Self-Portrait is an oil on canvas self-portrait by the Venetian painter Titian, dated c. 1546–47. While he painted a number of independent self-portraits in various formats, this is one of only two painted examples to survive. The other is in Madrid, dated c. 1560. Both share a   somber and reserved palette, although this example is richer in tonal variation and colour harmonisation. 

It is unfinished, with his left hand, areas of his clothing only sketched and only roughly sketched.

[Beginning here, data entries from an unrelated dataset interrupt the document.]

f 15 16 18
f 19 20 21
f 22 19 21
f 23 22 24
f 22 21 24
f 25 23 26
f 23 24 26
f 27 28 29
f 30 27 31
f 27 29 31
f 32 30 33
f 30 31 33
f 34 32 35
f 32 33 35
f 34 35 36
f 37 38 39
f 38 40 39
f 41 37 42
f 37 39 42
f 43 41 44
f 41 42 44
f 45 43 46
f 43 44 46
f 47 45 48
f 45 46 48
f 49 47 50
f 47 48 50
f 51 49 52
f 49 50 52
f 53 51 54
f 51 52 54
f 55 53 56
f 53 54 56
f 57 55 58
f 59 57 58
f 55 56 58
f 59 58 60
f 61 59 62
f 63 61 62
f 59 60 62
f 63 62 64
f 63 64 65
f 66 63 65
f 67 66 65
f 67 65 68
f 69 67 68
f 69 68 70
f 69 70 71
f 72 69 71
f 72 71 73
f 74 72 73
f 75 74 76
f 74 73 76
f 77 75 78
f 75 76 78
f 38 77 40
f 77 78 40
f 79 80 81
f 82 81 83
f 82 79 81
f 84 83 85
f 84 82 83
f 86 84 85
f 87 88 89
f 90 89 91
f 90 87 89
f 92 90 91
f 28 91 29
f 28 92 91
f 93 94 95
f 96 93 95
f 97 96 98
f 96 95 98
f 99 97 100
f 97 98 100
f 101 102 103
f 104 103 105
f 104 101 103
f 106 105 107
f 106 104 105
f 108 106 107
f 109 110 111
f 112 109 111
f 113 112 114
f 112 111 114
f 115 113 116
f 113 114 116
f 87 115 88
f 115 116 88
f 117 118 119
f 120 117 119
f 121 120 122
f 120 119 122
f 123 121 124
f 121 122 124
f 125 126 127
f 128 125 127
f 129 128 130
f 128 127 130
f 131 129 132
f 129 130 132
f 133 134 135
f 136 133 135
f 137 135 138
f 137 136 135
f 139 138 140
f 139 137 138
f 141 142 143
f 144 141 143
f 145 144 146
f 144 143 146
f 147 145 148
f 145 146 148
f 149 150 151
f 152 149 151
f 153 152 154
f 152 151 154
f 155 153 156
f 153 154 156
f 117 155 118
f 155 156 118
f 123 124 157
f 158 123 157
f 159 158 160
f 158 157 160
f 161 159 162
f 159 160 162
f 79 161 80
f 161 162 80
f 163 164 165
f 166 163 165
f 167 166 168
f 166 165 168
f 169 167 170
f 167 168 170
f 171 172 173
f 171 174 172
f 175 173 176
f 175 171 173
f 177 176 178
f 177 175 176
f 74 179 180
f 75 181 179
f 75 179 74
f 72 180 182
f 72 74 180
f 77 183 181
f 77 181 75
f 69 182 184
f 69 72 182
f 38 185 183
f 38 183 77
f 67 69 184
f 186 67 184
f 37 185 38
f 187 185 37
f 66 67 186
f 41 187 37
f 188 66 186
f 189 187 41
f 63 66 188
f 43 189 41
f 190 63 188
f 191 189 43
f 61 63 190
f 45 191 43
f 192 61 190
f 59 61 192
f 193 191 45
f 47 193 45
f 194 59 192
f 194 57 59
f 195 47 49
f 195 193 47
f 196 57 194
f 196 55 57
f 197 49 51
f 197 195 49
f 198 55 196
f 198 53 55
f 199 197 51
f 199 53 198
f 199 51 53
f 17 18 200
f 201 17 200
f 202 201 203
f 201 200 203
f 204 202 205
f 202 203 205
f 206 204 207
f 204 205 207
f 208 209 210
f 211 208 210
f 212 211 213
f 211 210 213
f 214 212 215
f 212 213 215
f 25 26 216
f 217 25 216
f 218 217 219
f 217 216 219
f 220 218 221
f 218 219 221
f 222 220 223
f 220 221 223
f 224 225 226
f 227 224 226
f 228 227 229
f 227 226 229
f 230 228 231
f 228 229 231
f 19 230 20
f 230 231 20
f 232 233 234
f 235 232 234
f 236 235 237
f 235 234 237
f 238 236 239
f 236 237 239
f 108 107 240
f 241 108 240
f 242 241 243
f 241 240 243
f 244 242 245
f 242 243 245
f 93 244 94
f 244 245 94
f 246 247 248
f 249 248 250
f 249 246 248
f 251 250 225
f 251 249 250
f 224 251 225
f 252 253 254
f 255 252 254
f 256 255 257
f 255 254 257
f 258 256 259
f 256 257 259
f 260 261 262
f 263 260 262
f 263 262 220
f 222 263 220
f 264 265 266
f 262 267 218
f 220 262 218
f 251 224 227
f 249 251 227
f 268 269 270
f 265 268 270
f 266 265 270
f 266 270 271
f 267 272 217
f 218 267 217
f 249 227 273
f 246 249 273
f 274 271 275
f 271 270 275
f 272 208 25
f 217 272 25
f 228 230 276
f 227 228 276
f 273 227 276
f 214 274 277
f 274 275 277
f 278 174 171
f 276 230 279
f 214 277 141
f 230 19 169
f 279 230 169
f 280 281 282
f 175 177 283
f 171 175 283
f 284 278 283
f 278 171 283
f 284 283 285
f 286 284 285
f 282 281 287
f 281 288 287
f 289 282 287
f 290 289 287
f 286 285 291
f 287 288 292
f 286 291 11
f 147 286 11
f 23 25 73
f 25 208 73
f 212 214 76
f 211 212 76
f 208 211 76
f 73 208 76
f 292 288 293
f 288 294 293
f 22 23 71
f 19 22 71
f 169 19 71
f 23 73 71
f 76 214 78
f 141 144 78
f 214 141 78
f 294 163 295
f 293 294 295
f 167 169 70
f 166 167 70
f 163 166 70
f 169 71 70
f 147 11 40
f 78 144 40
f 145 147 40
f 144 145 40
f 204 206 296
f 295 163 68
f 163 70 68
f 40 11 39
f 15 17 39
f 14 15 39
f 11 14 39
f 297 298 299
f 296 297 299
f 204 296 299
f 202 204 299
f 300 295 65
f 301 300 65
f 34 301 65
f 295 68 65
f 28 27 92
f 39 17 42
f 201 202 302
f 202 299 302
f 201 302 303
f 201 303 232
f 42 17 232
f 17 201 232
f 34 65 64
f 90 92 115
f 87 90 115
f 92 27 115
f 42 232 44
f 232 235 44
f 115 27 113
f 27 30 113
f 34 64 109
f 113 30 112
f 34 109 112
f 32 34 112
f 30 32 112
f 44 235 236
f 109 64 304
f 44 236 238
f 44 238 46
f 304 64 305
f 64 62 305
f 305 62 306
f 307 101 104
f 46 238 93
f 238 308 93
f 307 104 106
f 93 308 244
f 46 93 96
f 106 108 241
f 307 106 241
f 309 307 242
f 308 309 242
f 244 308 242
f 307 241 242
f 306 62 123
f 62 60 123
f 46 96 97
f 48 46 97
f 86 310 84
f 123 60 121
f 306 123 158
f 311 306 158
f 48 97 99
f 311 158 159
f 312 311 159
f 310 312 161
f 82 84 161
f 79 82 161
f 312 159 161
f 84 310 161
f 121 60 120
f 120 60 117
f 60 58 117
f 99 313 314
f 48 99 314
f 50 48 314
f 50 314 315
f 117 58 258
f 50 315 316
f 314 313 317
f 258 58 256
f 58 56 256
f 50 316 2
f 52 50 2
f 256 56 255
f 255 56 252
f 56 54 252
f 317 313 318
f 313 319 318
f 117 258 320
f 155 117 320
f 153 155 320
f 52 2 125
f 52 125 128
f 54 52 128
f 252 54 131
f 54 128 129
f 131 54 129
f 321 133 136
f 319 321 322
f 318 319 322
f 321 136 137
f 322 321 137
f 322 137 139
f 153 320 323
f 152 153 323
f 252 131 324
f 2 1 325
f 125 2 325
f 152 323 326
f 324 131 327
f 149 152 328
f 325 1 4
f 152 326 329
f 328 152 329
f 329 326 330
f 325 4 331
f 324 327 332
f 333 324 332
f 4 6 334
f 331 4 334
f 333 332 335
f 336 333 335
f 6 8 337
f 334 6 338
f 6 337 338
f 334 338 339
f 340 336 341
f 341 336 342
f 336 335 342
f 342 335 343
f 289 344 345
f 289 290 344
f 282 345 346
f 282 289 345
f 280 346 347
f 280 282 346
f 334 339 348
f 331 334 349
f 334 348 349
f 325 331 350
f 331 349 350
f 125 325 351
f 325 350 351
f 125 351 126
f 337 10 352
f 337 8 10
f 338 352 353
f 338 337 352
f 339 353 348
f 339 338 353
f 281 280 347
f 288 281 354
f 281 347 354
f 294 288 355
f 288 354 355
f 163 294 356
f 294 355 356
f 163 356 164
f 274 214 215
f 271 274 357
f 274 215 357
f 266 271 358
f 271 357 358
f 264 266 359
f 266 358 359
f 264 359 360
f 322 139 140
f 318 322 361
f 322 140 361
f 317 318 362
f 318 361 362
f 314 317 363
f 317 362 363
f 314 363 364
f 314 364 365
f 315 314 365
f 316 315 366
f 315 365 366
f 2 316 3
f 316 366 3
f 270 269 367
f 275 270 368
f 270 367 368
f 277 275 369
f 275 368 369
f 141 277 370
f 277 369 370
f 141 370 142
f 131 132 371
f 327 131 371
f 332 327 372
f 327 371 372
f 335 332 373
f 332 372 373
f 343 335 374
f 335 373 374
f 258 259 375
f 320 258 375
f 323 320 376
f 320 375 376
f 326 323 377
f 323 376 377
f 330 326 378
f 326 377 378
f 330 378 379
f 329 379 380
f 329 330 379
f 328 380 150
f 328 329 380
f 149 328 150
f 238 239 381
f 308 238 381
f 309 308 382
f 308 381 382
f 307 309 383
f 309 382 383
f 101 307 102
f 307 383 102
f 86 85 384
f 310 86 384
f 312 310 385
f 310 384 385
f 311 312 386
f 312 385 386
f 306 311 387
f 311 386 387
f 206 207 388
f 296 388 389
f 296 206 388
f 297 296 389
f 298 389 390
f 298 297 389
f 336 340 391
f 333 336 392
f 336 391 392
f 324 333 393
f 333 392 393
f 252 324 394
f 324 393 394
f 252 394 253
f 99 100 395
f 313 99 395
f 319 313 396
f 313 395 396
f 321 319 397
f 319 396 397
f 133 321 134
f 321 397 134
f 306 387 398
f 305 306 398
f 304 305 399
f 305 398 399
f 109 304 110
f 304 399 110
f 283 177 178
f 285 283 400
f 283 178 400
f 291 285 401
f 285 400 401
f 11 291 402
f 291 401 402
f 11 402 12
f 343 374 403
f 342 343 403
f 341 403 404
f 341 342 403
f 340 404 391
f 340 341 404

It has been suggested that the canvas is a modello, or study, for another now lost work. Another theory is that it was painted for family members for his memory after he died.

Thematically and stylistically, the work can be associated with his 1545 Portrait of Pietro Aretino. A number of versions or variants exist, including drawings from his own hand, and paintings attributed to his workshop.

Origin and purpose
Parts of the canvas are unfinished, especially the hands, the dark area around his face, and the drapery. It remained in Titian's studio in the Biri Grande, Venice, until his death, which some art historian see as evidence that it was intended as a study, although it may just have been simply because it was unfinished.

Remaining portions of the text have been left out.